1 Vinci, concessionnaire d’autoroutes et groupe industriel de construction en charge du projet d’aéroport qui ne verra finalement pas le jour.
2 La route D281, appelée « route des chicanes » est une route départementale qui traverse la ZAD du Nord au Sud, fermée à la circulation en 2012 par le Conseil départemental et réouverte par le mouvement en 2013. La végétation y a repris peu à peu ses droits et cette route, devenue symbole de la lutte, était occupée par des cabanes, des chicanes, des constructions en bois et empruntée par piéton·nes et cyclistes. Avec l’annonce de l’abandon du projet d’aéroport en janvier 2018, le gouvernement d’Édouard Philippe a demandé sa réouverture. Les habitant·e·s de la ZAD ont décidé de déblayer la route et de déplacer les cabanes. Cela reste actuellement un sujet sensible au sein du mouvement et les travaux de réaménagement en cours sont effectués sous une forte présence policière dénoncée par les habitant·e·s sur le site de la ZAD.

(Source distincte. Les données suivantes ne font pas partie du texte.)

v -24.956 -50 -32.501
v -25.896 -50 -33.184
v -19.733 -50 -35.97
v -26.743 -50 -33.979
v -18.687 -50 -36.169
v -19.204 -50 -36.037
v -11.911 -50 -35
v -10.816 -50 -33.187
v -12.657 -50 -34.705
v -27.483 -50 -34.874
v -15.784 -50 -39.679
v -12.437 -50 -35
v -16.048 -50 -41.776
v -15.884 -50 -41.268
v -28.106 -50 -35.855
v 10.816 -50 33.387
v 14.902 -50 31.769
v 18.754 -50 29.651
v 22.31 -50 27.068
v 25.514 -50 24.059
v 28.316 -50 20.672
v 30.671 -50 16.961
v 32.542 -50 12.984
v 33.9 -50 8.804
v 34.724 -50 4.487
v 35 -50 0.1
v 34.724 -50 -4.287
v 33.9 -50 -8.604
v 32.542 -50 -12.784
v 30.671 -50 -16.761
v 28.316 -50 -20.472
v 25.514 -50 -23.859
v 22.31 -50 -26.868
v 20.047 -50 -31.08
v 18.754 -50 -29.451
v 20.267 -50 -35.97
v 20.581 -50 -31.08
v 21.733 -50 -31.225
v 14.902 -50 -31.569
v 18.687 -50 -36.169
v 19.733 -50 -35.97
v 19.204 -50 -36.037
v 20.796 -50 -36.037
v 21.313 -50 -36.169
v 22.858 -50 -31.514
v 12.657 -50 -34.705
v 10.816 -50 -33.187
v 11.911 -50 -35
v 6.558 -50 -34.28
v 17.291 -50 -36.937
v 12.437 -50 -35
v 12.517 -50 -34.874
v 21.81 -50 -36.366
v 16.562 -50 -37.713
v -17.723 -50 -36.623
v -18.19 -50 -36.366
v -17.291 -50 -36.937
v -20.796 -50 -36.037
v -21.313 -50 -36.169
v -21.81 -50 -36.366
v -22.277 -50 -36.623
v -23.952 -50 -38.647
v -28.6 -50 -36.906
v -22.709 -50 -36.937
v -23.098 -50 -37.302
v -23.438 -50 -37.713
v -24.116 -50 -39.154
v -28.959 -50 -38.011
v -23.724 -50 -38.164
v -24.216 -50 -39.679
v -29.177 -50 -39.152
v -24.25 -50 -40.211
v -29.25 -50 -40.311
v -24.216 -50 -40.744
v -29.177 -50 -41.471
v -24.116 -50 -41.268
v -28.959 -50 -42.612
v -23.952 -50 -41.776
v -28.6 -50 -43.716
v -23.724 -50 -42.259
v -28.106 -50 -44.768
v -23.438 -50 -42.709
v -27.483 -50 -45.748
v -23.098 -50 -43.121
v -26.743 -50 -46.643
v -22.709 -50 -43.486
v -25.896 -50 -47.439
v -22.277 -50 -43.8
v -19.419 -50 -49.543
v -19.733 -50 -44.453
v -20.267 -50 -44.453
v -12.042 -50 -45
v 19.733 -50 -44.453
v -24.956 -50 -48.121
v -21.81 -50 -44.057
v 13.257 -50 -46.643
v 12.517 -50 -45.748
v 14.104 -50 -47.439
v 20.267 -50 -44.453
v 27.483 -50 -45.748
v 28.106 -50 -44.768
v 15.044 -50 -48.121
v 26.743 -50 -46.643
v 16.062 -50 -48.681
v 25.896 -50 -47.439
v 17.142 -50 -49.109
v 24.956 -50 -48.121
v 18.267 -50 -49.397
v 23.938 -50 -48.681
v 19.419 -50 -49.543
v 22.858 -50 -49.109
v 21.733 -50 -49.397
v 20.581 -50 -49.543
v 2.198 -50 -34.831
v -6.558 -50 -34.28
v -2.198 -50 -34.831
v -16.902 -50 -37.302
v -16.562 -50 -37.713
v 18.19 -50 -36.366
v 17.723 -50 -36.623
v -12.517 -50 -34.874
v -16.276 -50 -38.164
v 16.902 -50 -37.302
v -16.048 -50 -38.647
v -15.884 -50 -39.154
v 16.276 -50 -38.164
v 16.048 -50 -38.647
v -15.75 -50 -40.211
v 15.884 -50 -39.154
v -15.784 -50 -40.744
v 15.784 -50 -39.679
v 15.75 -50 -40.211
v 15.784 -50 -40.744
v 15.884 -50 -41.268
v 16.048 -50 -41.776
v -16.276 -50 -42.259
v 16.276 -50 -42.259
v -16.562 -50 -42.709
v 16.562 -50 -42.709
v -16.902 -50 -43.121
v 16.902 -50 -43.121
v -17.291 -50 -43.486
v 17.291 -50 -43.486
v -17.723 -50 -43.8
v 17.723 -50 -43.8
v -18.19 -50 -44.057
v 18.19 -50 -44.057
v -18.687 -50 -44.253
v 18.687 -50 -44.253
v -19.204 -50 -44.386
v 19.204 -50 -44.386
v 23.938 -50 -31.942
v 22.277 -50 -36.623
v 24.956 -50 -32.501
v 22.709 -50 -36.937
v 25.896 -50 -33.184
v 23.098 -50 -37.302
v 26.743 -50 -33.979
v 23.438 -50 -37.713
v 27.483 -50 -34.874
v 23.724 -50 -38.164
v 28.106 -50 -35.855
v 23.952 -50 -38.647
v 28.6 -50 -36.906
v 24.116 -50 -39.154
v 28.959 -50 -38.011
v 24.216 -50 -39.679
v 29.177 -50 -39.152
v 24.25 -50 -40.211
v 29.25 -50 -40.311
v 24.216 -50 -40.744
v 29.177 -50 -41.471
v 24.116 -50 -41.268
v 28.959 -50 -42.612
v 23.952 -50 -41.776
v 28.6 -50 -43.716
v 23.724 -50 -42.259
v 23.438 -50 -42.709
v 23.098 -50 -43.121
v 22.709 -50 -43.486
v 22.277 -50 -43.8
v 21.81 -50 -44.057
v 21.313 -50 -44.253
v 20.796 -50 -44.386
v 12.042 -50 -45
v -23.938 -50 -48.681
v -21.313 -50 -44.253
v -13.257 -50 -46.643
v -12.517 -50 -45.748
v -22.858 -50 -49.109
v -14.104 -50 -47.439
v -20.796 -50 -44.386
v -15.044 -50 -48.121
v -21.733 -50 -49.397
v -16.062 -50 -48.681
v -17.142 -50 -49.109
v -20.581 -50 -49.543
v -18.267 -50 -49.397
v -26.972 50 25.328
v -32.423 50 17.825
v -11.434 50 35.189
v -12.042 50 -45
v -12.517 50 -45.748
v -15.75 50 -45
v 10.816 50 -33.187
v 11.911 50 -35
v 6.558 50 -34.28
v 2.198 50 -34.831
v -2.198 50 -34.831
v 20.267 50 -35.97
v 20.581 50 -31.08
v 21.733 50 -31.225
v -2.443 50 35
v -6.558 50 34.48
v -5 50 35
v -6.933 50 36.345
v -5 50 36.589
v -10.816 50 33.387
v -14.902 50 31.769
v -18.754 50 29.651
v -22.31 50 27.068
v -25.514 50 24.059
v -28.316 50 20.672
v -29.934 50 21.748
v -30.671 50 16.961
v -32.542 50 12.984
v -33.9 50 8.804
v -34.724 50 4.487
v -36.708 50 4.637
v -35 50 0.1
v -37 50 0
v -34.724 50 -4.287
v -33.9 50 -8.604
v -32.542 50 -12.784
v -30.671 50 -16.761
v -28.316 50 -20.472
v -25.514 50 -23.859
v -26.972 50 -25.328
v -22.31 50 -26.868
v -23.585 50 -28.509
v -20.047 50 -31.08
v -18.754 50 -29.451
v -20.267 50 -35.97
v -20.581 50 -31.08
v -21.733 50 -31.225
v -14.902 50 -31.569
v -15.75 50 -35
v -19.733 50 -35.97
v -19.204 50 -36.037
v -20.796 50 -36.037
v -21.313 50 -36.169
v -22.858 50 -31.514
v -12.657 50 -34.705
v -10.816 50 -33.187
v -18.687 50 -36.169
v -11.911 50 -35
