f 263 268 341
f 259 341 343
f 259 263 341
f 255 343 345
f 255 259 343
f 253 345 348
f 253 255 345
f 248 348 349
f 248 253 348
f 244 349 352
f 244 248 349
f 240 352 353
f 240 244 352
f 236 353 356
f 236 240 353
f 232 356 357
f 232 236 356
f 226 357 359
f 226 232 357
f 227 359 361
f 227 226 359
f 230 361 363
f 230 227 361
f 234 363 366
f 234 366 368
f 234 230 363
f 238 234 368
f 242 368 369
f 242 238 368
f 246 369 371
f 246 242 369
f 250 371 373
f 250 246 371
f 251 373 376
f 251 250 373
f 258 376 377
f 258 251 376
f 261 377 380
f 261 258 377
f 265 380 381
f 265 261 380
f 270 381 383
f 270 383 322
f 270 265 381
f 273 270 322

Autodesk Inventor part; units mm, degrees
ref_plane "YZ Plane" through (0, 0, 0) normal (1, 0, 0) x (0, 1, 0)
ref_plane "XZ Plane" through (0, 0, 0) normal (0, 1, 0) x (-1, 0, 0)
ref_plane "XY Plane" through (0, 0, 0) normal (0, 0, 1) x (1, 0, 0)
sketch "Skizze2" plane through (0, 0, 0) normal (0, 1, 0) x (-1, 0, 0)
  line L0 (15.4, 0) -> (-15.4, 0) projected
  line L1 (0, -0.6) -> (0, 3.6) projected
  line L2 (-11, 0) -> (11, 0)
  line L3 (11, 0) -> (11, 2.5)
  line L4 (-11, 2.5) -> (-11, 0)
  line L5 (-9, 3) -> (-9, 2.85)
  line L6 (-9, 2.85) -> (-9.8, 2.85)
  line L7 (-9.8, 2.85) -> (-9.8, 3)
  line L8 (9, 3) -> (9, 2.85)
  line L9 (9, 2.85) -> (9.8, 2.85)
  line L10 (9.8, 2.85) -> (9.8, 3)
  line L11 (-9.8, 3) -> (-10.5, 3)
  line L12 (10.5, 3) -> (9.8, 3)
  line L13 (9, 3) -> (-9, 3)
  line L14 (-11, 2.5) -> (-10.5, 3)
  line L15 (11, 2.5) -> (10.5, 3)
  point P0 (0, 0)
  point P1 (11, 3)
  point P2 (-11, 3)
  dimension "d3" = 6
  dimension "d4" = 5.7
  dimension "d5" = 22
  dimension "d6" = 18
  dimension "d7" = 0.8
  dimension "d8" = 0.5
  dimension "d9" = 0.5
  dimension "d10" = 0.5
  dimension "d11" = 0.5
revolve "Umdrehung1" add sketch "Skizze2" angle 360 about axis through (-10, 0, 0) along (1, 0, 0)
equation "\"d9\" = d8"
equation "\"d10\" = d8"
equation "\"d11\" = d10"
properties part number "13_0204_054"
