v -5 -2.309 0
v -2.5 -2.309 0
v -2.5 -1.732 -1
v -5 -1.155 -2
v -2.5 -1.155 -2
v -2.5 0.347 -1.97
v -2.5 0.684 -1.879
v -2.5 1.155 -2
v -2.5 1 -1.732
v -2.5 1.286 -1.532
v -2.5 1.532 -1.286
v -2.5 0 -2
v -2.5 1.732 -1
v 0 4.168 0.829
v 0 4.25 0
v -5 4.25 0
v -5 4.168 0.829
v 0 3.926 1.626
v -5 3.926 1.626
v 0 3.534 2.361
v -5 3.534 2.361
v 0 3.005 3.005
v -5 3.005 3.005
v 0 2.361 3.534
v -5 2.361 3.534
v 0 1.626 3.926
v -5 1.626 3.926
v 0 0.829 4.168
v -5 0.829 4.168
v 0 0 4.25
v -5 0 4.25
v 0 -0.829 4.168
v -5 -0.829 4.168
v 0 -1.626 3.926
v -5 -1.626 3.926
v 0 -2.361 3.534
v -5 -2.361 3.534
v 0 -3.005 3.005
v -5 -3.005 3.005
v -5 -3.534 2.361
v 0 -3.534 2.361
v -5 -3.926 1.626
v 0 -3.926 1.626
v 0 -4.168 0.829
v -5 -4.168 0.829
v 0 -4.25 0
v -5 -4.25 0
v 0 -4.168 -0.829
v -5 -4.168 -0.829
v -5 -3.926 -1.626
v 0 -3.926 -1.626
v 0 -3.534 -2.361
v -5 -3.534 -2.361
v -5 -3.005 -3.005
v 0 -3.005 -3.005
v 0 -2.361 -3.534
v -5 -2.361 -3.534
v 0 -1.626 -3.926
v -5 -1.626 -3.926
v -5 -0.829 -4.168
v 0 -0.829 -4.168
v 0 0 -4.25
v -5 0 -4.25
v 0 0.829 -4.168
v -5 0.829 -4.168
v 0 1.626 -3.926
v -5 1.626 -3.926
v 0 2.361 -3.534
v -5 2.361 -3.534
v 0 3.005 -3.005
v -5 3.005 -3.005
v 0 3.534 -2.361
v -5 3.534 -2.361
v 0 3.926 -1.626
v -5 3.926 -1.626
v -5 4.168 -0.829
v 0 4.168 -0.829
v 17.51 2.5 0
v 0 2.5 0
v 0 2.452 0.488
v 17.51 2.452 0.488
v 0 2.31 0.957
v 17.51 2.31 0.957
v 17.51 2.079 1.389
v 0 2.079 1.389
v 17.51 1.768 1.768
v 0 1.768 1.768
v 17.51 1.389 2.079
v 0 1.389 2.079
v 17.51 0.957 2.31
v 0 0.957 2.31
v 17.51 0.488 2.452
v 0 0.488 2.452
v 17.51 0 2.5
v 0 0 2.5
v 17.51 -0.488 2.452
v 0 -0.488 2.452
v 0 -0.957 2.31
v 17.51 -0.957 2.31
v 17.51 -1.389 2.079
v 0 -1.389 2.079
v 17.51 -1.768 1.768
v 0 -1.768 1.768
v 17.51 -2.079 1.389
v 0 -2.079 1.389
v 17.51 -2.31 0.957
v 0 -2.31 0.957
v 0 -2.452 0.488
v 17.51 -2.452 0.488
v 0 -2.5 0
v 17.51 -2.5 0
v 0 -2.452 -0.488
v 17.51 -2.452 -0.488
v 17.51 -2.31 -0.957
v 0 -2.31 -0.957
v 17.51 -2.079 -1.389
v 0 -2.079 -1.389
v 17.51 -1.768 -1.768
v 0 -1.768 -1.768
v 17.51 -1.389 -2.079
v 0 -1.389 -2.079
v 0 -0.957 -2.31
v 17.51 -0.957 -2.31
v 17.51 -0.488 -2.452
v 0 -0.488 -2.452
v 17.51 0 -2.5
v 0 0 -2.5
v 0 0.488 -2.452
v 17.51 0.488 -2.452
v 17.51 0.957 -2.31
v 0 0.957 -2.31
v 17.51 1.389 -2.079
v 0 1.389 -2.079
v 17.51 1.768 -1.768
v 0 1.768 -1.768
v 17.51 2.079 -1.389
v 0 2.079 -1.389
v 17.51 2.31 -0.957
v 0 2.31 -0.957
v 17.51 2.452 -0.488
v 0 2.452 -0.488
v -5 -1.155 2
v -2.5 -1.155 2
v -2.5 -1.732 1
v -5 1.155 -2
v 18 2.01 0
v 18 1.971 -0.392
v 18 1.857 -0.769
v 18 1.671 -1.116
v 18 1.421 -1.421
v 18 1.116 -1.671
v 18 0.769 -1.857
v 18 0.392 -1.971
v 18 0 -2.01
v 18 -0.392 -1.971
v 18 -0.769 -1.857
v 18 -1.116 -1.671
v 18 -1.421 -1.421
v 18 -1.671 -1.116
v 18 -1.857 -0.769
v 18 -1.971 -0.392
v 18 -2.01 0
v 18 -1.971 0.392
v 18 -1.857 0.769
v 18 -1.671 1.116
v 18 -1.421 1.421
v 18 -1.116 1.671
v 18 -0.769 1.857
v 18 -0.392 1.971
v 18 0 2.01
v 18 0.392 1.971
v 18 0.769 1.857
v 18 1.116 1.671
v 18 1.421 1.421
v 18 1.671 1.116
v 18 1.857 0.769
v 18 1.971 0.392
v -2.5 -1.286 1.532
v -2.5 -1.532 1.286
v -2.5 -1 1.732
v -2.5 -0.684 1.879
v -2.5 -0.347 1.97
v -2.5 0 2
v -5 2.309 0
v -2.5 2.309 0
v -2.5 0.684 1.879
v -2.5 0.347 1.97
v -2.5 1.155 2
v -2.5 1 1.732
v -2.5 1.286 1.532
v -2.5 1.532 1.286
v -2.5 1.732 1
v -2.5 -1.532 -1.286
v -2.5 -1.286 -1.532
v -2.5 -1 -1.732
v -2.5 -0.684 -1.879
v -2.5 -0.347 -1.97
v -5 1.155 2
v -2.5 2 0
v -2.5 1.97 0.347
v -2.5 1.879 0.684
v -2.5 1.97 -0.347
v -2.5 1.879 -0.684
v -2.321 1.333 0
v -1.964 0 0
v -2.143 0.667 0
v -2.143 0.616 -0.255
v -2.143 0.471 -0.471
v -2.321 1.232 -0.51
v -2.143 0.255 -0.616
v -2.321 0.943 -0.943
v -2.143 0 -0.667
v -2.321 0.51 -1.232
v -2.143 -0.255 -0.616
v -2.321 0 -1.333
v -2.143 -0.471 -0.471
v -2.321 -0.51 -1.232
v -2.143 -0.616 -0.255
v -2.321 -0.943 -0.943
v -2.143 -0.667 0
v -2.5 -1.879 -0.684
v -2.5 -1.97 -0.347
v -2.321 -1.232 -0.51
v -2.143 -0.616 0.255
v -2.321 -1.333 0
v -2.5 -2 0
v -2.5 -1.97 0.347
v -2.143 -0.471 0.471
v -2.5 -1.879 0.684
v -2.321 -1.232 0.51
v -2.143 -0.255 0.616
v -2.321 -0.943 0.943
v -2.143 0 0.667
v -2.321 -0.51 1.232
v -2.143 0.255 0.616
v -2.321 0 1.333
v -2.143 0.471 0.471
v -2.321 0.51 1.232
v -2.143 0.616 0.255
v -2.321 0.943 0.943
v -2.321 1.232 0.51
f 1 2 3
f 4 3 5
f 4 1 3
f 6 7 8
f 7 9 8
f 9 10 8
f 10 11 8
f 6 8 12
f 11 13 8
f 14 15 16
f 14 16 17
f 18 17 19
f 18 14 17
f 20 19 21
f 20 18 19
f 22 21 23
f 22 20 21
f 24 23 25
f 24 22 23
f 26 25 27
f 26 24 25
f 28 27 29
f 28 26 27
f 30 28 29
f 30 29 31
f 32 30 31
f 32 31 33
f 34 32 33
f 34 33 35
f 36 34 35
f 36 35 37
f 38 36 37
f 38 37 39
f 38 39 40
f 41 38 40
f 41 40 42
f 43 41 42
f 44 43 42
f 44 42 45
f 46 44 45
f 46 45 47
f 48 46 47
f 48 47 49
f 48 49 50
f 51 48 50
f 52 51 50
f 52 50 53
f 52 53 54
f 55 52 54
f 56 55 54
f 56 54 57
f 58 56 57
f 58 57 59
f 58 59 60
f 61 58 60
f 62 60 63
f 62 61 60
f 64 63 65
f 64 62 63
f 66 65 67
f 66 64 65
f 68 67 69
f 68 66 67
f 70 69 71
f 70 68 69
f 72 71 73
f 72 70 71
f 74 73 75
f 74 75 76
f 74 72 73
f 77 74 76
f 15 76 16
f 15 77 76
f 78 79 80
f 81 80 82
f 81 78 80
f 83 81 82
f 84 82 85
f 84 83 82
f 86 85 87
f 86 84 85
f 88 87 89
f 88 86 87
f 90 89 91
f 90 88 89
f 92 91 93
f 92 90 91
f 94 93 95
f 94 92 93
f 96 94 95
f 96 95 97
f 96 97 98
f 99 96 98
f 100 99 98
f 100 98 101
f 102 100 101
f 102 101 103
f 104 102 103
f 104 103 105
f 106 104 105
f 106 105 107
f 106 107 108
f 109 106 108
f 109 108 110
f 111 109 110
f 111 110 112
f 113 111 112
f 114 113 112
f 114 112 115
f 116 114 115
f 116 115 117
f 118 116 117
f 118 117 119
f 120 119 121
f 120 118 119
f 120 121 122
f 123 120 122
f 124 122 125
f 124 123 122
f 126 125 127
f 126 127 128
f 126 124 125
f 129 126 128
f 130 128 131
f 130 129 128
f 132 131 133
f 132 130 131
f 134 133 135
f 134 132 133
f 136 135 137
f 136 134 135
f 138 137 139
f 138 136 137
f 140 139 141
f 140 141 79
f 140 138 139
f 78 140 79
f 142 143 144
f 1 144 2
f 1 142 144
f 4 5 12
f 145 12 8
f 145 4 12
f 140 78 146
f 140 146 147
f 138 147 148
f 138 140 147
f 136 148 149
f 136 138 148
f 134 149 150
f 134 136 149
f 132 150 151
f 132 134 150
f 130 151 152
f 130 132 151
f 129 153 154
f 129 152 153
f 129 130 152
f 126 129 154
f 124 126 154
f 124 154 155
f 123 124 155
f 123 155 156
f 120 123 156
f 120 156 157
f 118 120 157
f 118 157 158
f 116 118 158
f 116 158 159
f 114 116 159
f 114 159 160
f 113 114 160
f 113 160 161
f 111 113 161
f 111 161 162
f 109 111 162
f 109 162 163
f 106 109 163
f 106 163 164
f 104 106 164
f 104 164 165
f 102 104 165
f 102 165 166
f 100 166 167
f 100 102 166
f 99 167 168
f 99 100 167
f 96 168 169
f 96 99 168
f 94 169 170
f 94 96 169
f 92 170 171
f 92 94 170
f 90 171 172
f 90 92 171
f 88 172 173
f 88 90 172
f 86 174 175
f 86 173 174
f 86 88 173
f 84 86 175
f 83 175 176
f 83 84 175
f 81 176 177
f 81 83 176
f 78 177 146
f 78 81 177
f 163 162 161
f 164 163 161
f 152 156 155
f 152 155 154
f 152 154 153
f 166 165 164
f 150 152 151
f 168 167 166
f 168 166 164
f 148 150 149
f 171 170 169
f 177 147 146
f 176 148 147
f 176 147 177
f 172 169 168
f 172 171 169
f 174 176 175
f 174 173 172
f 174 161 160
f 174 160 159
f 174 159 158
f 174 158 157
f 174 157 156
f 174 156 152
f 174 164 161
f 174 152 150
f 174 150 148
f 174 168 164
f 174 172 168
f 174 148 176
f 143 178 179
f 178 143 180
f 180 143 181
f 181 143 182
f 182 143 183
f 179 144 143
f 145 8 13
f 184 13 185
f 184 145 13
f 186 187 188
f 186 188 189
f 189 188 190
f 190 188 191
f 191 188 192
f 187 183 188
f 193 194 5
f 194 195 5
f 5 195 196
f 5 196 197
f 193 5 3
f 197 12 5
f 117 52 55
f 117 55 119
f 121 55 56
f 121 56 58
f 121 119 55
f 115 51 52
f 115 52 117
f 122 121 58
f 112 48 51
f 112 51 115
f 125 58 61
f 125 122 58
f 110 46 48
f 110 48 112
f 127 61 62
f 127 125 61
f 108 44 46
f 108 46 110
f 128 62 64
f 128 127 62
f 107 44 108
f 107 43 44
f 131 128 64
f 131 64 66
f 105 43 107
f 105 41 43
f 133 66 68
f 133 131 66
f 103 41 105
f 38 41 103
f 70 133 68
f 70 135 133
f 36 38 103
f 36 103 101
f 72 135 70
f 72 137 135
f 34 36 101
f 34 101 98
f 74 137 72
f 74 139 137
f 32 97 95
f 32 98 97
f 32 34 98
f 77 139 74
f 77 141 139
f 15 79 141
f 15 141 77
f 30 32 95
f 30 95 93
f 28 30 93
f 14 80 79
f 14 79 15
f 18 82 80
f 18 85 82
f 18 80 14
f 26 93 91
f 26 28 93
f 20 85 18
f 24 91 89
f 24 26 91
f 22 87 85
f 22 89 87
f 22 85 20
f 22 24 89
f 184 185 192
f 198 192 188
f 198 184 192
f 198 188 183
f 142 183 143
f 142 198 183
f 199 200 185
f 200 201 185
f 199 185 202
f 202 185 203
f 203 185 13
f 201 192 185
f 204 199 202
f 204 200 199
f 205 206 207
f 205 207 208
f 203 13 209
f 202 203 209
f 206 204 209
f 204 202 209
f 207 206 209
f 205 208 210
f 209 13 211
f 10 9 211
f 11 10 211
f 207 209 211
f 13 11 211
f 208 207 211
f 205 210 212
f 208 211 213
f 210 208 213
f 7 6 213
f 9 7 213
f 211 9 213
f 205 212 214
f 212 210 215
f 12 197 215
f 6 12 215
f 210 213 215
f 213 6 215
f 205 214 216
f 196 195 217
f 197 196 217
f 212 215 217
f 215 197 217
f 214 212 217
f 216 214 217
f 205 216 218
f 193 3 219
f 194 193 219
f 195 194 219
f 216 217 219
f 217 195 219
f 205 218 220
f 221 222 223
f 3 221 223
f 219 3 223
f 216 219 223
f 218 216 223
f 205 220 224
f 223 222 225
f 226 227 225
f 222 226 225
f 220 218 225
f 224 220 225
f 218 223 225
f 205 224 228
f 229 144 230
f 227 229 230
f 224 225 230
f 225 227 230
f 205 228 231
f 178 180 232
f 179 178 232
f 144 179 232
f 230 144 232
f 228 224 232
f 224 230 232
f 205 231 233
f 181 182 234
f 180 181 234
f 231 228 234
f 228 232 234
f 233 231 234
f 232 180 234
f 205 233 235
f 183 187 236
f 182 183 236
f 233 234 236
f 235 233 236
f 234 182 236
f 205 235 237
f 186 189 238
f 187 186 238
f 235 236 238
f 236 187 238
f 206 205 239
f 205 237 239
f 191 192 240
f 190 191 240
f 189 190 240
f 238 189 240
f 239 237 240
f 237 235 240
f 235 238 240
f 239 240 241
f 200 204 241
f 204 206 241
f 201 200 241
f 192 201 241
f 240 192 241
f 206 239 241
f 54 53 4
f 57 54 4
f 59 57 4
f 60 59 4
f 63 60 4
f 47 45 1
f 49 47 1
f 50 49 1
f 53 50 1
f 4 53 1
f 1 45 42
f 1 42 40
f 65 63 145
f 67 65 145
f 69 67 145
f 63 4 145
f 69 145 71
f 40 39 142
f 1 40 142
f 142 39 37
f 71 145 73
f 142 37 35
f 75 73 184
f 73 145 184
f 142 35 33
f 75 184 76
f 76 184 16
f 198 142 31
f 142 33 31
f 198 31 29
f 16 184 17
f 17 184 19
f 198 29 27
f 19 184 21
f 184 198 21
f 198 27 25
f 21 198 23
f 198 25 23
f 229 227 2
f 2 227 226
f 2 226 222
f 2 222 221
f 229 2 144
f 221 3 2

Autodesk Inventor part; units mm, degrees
sketch "Sketch_1" plane through (0, 0, 0) normal (0, 0, 1) x (1, 0, 0)
  line L0 (18, 0) -> (-5, 0)
  line L1 (-5, 0) -> (-5, 4.25)
  line L2 (-5, 4.25) -> (0, 4.25)
  line L3 (0, 4.25) -> (0, 2.5)
  line L4 (0, 2.5) -> (17.5095, 2.5)
  line L5 (17.5095, 2.5) -> (18, 2.0095)
  line L6 (18, 2.0095) -> (18, 0)
  line L7 (18, 0) -> (-5, 0)
revolve "Revolution1" add sketch "Sketch_1" angle 360 about axis through (18, 0, 0) along (1, 0, 0)
thread "Thread1" size "M5x0.8" class "6g" standard "ISO Metric profile" length 17.5 offset 0.5
sketch "Sketch_4" plane through (0, 0, 0) normal (0, 0, 1) x (1, 0, 0)
  line L0 (-1.9641, 0) -> (-5, 0)
  line L1 (-5, 0) -> (-5, 2)
  line L2 (-5, 2) -> (-2.5, 2)
  line L3 (-2.5, 2) -> (-1.9641, 0)
  line L4 (-1.9641, 0) -> (-5, 0)
revolve "Revolution2" cut sketch "Sketch_4" angle 360 about axis through (-1.9641, 0, 0) along (1, 0, 0)
sketch "Sketch_3" plane through (-5, 0, 0) normal (1, 0, 0) x (0, 0, -1)
  line L0 (-2, 1.1547) -> (-2, -1.1547)
  line L1 (-2, -1.1547) -> (0, -2.3094)
  line L2 (0, -2.3094) -> (2, -1.1547)
  line L3 (2, -1.1547) -> (2, 1.1547)
  line L4 (2, 1.1547) -> (0, 2.3094)
  line L5 (0, 2.3094) -> (-2, 1.1547)
extrude "Extrusion1" cut sketch "Sketch_3" along normal blind 2.5
ref_plane "bolt_XY" through (0, 0, 0) normal (1, 0, 0) x (0, 0, -1)
ref_plane "bolt_YZ" through (0, 0, 0) normal (0, 0, -1) x (0, 1, 0)
ref_plane "bolt_ZX" through (0, 0, 0) normal (0, 1, 0) x (1, 0, 0)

3 Standing Rock : mobilisation et occupation menée l’été 2016 par plusieurs milliers d’Amérindien·nes et de militant·es écologistes contre la construction du pipeline Dakota Access près de la Réserve indienne de Standing Rock dans le Dakota du Nord aux États-Unis. L’émission mentionnée est disponible en réécoute sur le site de la ZAD.
4 Errekaleor : ancien quartier ouvrier de la ville de Gasteiz-Vitoria au pays basque, occupé depuis 2013 par des habitant·es qui s’organisent autour d’un projet politique anti-autoritaire, féministe et autogéré. L’émission mentionnée est disponible en réécoute sur le site de la ZAD.